[Records from a collection]
+ + +

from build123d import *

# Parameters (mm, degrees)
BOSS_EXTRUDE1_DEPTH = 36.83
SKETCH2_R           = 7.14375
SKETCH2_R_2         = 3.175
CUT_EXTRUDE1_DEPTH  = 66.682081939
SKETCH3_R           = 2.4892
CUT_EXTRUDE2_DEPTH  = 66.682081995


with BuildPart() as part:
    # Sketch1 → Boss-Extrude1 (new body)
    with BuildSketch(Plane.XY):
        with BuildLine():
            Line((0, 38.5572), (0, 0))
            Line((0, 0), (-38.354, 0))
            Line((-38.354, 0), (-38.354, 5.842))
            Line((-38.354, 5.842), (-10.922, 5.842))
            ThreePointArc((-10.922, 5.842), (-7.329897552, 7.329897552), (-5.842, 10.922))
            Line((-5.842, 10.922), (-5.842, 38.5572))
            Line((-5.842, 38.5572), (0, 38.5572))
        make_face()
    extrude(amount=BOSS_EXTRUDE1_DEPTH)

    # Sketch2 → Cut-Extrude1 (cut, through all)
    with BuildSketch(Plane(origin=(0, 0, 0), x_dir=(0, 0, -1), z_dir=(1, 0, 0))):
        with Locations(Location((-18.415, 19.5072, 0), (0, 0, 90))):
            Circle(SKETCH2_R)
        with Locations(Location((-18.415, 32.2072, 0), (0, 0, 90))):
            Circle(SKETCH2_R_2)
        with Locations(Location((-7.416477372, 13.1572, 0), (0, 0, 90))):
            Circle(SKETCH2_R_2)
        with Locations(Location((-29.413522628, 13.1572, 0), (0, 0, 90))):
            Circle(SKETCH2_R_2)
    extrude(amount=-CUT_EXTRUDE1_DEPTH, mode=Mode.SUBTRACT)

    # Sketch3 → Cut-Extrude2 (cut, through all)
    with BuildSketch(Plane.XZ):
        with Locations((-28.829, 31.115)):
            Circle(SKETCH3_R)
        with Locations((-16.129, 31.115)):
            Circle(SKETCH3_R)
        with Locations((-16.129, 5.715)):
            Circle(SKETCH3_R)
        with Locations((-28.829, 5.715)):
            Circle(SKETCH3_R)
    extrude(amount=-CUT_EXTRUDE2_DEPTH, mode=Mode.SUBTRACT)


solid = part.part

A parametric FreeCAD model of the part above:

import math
import FreeCAD as App
import Part
import Sketcher
from FreeCAD import Vector
Q = App.Units.Quantity

doc = App.newDocument("Part")
params = doc.addObject("Spreadsheet::Sheet", "Params")
for row, (alias, value) in enumerate([
    ("sketch1_radius", "0.2 in"),
    ("sketch1_width", "0.23 in"),
    ("sketch1_width2", "1.08 in"),
    ("sketch1_height", "1.518 in"),
    ("pad1_length", "1.45 in"),
    ("sketch2_diameter", "0.25 in"),
    ("sketch2_diameter2", "0.5625 in"),
    ("sketch3_diameter", "0.196 in"),
], start=1):
    params.set(f"A{row}", alias)
    params.set(f"B{row}", "=" + value)
    params.setAlias(f"B{row}", alias)

body = doc.addObject("PartDesign::Body", "Body")

sketch1 = body.newObject("Sketcher::SketchObject", "Sketch")
sketch1.AttachmentSupport = (doc.getObject("XY_Plane"), [""])
sketch1.MapMode = "FlatFace"
sketch1.addGeometry([
    Part.LineSegment(Vector(0, 0, 0), Vector(0, 39, 0)),
    Part.LineSegment(Vector(0, 39, 0), Vector(-6, 39, 0)),
    Part.LineSegment(Vector(-6, 39, 0), Vector(-6, 11, 0)),
    Part.ArcOfCircle(Part.Circle(Vector(-11, 11, 0), Vector(0, 0, 1), 5), math.radians(-90), math.radians(0)),
    Part.LineSegment(Vector(-11, 6, 0), Vector(-38, 6, 0)),
    Part.LineSegment(Vector(-38, 6, 0), Vector(-38, 0, 0)),
    Part.LineSegment(Vector(-38, 0, 0), Vector(0, 0, 0)),
], False)
sketch1.addConstraint([
    Sketcher.Constraint("Coincident", 0, 2, 1, 1),
    Sketcher.Constraint("Coincident", 1, 2, 2, 1),
    Sketcher.Constraint("Tangent", 2, 2, 3, 2),
    Sketcher.Constraint("Tangent", 3, 1, 4, 1),
    Sketcher.Constraint("Coincident", 4, 2, 5, 1),
    Sketcher.Constraint("Coincident", 5, 2, 6, 1),
    Sketcher.Constraint("Coincident", 6, 2, 0, 1),
    Sketcher.Constraint("Vertical", 0),
    Sketcher.Constraint("Horizontal", 1),
    Sketcher.Constraint("Vertical", 2),
    Sketcher.Constraint("Horizontal", 4),
    Sketcher.Constraint("Vertical", 5),
    Sketcher.Constraint("Horizontal", 6),
    Sketcher.Constraint("Coincident", 6, 2, -1, 1),
    Sketcher.Constraint("Equal", 1, 5),
    Sketcher.Constraint("Radius", 3, Q("0.2 in")),
    Sketcher.Constraint("DistanceX", 1, 2, 1, 1, Q("0.23 in")),
    Sketcher.Constraint("DistanceX", 4, 2, 4, 1, Q("1.08 in")),
    Sketcher.Constraint("DistanceY", 0, 1, 0, 2, Q("1.518 in")),
])
sketch1.setExpression("Constraints[15]", "Params.sketch1_radius")
sketch1.setExpression("Constraints[16]", "Params.sketch1_width")
sketch1.setExpression("Constraints[17]", "Params.sketch1_width2")
sketch1.setExpression("Constraints[18]", "Params.sketch1_height")
pad1 = body.newObject("PartDesign::Pad", "Pad")
pad1.Profile = sketch1
pad1.setExpression("Length", "Params.pad1_length")

sketch2 = body.newObject("Sketcher::SketchObject", "Sketch001")
sketch2.AttachmentSupport = (doc.getObject("YZ_Plane"), [""])
sketch2.MapMode = "FlatFace"
sketch2.addGeometry([
    Part.Circle(Vector(19.5, 18.4, 0), Vector(0, 0, 1), 7.1),
    Part.Circle(Vector(32.2, 18.4, 0), Vector(0, 0, 1), 3.2),
    Part.Circle(Vector(13.2, 7.4, 0), Vector(0, 0, 1), 3.2),
    Part.Circle(Vector(13.2, 29.4, 0), Vector(0, 0, 1), 3.2),
], False)
sketch2.addConstraint([
    Sketcher.Constraint("Equal", 1, 2),
    Sketcher.Constraint("Equal", 2, 3),
    Sketcher.Constraint("Horizontal", 0, 3, 1, 3),
    Sketcher.Constraint("Vertical", 2, 3, 3, 3),
    Sketcher.Constraint("Diameter", 1, Q("0.25 in")),
    Sketcher.Constraint("Diameter", 0, Q("0.5625 in")),
    Sketcher.Constraint("DistanceX", 0, 3, 1, 3, Q("0.5 in")),
    Sketcher.Constraint("DistanceX", 2, 3, 0, 3, Q("0.25 in")),
    Sketcher.Constraint("DistanceX", -1, 1, 0, 3, Q("0.768 in")),
    Sketcher.Constraint("DistanceY", -1, 1, 0, 3, Q("0.725 in")),
    Sketcher.Constraint("DistanceY", -1, 1, 2, 3, Q("7.416477 mm")),
    Sketcher.Constraint("DistanceY", -1, 1, 3, 3, Q("29.413523 mm")),
])
sketch2.setExpression("Constraints[4]", "Params.sketch2_diameter")
sketch2.setExpression("Constraints[5]", "Params.sketch2_diameter2")
pocket1 = body.newObject("PartDesign::Pocket", "Pocket")
pocket1.Profile = sketch2
pocket1.Type = "ThroughAll"

sketch3 = body.newObject("Sketcher::SketchObject", "Sketch002")
sketch3.AttachmentSupport = (doc.getObject("XZ_Plane"), [""])
sketch3.MapMode = "FlatFace"
sketch3.addGeometry([
    Part.Circle(Vector(-28.8, 31.1, 0), Vector(0, 0, 1), 2.5),
    Part.Circle(Vector(-16.1, 31.1, 0), Vector(0, 0, 1), 2.5),
    Part.Circle(Vector(-16.1, 5.7, 0), Vector(0, 0, 1), 2.5),
    Part.Circle(Vector(-28.8, 5.7, 0), Vector(0, 0, 1), 2.5),
], False)
sketch3.addConstraint([
    Sketcher.Constraint("Equal", 0, 1),
    Sketcher.Constraint("Equal", 1, 2),
    Sketcher.Constraint("Equal", 2, 3),
    Sketcher.Constraint("Horizontal", 0, 3, 1, 3),
    Sketcher.Constraint("Horizontal", 2, 3, 3, 3),
    Sketcher.Constraint("Vertical", 1, 3, 2, 3),
    Sketcher.Constraint("Vertical", 0, 3, 3, 3),
    Sketcher.Constraint("Diameter", 0, Q("0.196 in")),
    Sketcher.Constraint("DistanceY", 2, 3, 1, 3, Q("1 in")),
    Sketcher.Constraint("DistanceX", 0, 3, 1, 3, Q("0.5 in")),
    Sketcher.Constraint("DistanceX", 0, 3, -1, 1, Q("1.135 in")),
    Sketcher.Constraint("DistanceY", -1, 1, 0, 3, Q("1.225 in")),
])
sketch3.setExpression("Constraints[7]", "Params.sketch3_diameter")
pocket2 = body.newObject("PartDesign::Pocket", "Pocket001")
pocket2.Profile = sketch3
pocket2.Type = "ThroughAll"

doc.recompute()
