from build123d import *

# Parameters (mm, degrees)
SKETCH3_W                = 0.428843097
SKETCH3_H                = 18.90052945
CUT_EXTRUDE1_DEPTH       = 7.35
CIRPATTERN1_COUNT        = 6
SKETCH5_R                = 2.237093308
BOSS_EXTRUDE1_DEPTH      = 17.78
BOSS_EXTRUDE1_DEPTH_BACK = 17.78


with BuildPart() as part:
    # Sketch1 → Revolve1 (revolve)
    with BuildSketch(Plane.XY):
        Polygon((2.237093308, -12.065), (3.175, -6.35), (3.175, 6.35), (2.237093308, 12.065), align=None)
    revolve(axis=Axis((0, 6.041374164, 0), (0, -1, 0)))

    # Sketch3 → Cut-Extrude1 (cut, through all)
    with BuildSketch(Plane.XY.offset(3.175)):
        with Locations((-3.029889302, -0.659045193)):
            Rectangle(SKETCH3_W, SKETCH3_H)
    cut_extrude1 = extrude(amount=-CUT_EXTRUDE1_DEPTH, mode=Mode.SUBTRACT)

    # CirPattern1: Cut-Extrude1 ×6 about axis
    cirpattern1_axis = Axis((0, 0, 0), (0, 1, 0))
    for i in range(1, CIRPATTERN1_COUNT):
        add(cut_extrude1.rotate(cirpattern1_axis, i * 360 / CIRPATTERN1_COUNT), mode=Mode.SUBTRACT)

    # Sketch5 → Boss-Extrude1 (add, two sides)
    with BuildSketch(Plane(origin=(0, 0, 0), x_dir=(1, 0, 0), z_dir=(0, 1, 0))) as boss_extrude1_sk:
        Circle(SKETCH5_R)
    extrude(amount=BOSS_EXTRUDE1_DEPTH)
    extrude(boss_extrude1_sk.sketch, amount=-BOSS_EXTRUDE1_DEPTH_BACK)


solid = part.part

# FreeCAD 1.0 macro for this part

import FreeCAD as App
import Part
import Sketcher

V = App.Vector
Q = App.Units.Quantity

doc = App.newDocument("Part")
body = doc.addObject("PartDesign::Body", "Body")

# Sketch on XY plane
sketch1 = body.newObject("Sketcher::SketchObject", "Sketch")
sketch1.AttachmentSupport = (doc.getObject("XY_Plane"), [""])
sketch1.MapMode = "FlatFace"
sketch1.addGeometry([
    Part.LineSegment(V(2, -12, 0), V(3, -6, 0)),
    Part.LineSegment(V(3, -6, 0), V(3, 6, 0)),
    Part.LineSegment(V(3, 6, 0), V(2, 12, 0)),
    Part.LineSegment(V(2, 12, 0), V(2, -12, 0)),
], False)
sketch1.addConstraint([
    Sketcher.Constraint("Coincident", 0, 2, 1, 1),
    Sketcher.Constraint("Coincident", 1, 2, 2, 1),
    Sketcher.Constraint("Coincident", 2, 2, 3, 1),
    Sketcher.Constraint("Coincident", 3, 2, 0, 1),
    Sketcher.Constraint("Vertical", 1),
    Sketcher.Constraint("Vertical", 3),
    Sketcher.Constraint("Equal", 0, 2),
    Sketcher.Constraint("DistanceY", 1, 1, 1, 2, Q("0.5 in")),
    Sketcher.Constraint("DistanceY", 3, 2, 3, 1, Q("0.95 in")),
    Sketcher.Constraint("DistanceY", 0, 2, -1, 1, Q("0.25 in")),
    Sketcher.Constraint("DistanceX", -1, 1, 0, 2, Q("0.125 in")),
    Sketcher.Constraint("Distance", 0, Q("5.79145 mm")),
])
revolution = body.newObject("PartDesign::Revolution", "Revolution")
revolution.Profile = sketch1
revolution.ReferenceAxis = (sketch1, ["V_Axis"])
revolution.Angle = 360

# Sketch on XY plane
sketch2 = body.newObject("Sketcher::SketchObject", "Sketch001")
sketch2.AttachmentSupport = (doc.getObject("XY_Plane"), [""])
sketch2.MapMode = "FlatFace"
sketch2.AttachmentOffset = App.Placement(V(0, 0, 0.125 * 25.4), App.Rotation())
sketch2.addGeometry([
    Part.LineSegment(V(-3.24, 8.79, 0), V(-3.24, -10.11, 0)),
    Part.LineSegment(V(-3.24, -10.11, 0), V(-2.82, -10.11, 0)),
    Part.LineSegment(V(-2.82, -10.11, 0), V(-2.82, 8.79, 0)),
    Part.LineSegment(V(-2.82, 8.79, 0), V(-3.24, 8.79, 0)),
], False)
sketch2.addConstraint([
    Sketcher.Constraint("Coincident", 0, 2, 1, 1),
    Sketcher.Constraint("Coincident", 1, 2, 2, 1),
    Sketcher.Constraint("Coincident", 2, 2, 3, 1),
    Sketcher.Constraint("Coincident", 3, 2, 0, 1),
    Sketcher.Constraint("Vertical", 0),
    Sketcher.Constraint("Horizontal", 1),
    Sketcher.Constraint("Vertical", 2),
    Sketcher.Constraint("Horizontal", 3),
    Sketcher.Constraint("DistanceY", 0, 2, 0, 1, Q("18.900529 mm")),
    Sketcher.Constraint("DistanceX", 1, 1, 1, 2, Q("0.428843 mm")),
    Sketcher.Constraint("DistanceX", 0, 2, -1, 1, Q("3.244311 mm")),
    Sketcher.Constraint("DistanceY", 0, 2, -1, 1, Q("10.10931 mm")),
])
pocket1 = body.newObject("PartDesign::Pocket", "Pocket")
pocket1.Profile = sketch2
pocket1.Type = "ThroughAll"
doc.recompute()

polarpattern = body.newObject("PartDesign::PolarPattern", "PolarPattern")
polarpattern.Originals = [pocket1]
polarpattern.Axis = (doc.getObject("Y_Axis"), [""])
polarpattern.Angle = 360
polarpattern.Occurrences = 6
body.Tip = polarpattern

# Sketch on XZ plane
sketch3 = body.newObject("Sketcher::SketchObject", "Sketch002")
sketch3.AttachmentSupport = (doc.getObject("XZ_Plane"), [""])
sketch3.MapMode = "FlatFace"
sketch3.addGeometry(Part.Circle(V(0, 0, 0), V(0, 0, 1), 2.2), False)
sketch3.addConstraint([
    Sketcher.Constraint("Coincident", 0, 3, -1, 1),
    Sketcher.Constraint("Diameter", 0, Q("4.474187 mm")),
])
pad1 = body.newObject("PartDesign::Pad", "Pad")
pad1.Profile = sketch3
pad1.Type = "TwoLengths"
pad1.Length = Q("0.7 in")
pad1.Length2 = Q("0.7 in")
pad1.Reversed = True

doc.recompute()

+ + +

= DIRECTIONS =
Each line from the beginning of the entries to the line with "Line((0, 0), (-38.354, 0))" must be repeated exactly, with both end lines kept and no other lines given.

= ANSWER AREA =
from build123d import *

# Parameters (mm, degrees)
BOSS_EXTRUDE1_DEPTH = 36.83
SKETCH2_R           = 7.14375
SKETCH2_R_2         = 3.175
CUT_EXTRUDE1_DEPTH  = 66.682081939
SKETCH3_R           = 2.4892
CUT_EXTRUDE2_DEPTH  = 66.682081995


with BuildPart() as part:
    # Sketch1 → Boss-Extrude1 (new body)
    with BuildSketch(Plane.XY):
        with BuildLine():
            Line((0, 38.5572), (0, 0))
            Line((0, 0), (-38.354, 0))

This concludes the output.